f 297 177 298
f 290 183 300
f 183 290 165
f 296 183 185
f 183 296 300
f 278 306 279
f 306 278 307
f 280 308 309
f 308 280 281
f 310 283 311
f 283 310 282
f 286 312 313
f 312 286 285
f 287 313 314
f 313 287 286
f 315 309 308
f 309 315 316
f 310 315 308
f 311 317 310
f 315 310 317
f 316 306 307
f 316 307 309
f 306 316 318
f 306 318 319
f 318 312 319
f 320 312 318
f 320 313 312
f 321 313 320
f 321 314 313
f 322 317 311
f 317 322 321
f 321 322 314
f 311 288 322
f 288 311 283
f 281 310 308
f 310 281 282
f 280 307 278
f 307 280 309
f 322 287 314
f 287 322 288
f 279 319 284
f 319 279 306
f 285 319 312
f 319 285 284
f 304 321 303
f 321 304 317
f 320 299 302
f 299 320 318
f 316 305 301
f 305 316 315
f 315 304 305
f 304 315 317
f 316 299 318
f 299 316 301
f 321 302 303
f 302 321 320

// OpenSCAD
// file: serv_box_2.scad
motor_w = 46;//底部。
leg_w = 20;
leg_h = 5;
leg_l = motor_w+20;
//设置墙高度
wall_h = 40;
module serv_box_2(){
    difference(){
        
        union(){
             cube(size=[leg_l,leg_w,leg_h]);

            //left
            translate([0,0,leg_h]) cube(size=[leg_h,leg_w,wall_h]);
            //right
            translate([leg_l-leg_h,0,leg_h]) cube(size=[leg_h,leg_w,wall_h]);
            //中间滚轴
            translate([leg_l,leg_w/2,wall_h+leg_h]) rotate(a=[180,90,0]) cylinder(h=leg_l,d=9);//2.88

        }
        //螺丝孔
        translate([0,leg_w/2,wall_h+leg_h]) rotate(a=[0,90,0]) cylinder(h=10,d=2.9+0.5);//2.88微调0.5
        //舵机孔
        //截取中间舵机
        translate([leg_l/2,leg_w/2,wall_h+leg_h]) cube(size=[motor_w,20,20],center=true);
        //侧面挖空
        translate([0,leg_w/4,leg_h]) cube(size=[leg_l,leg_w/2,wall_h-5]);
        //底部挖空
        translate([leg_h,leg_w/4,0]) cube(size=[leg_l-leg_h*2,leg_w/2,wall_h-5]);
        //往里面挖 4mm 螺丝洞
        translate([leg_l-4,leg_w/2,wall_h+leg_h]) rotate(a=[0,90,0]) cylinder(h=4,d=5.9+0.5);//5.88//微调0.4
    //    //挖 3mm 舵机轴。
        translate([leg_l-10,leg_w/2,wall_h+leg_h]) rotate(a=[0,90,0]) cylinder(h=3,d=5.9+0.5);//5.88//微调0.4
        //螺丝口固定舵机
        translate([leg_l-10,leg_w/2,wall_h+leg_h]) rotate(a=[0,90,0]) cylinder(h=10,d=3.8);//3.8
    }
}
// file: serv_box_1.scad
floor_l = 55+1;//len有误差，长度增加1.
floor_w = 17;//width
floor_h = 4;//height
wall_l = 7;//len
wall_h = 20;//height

# [What you will do]
Filter the records for the word "file" and show every line that has it.

# [Worked solution]
// file: serv_box_2.scad
// file: serv_box_1.scad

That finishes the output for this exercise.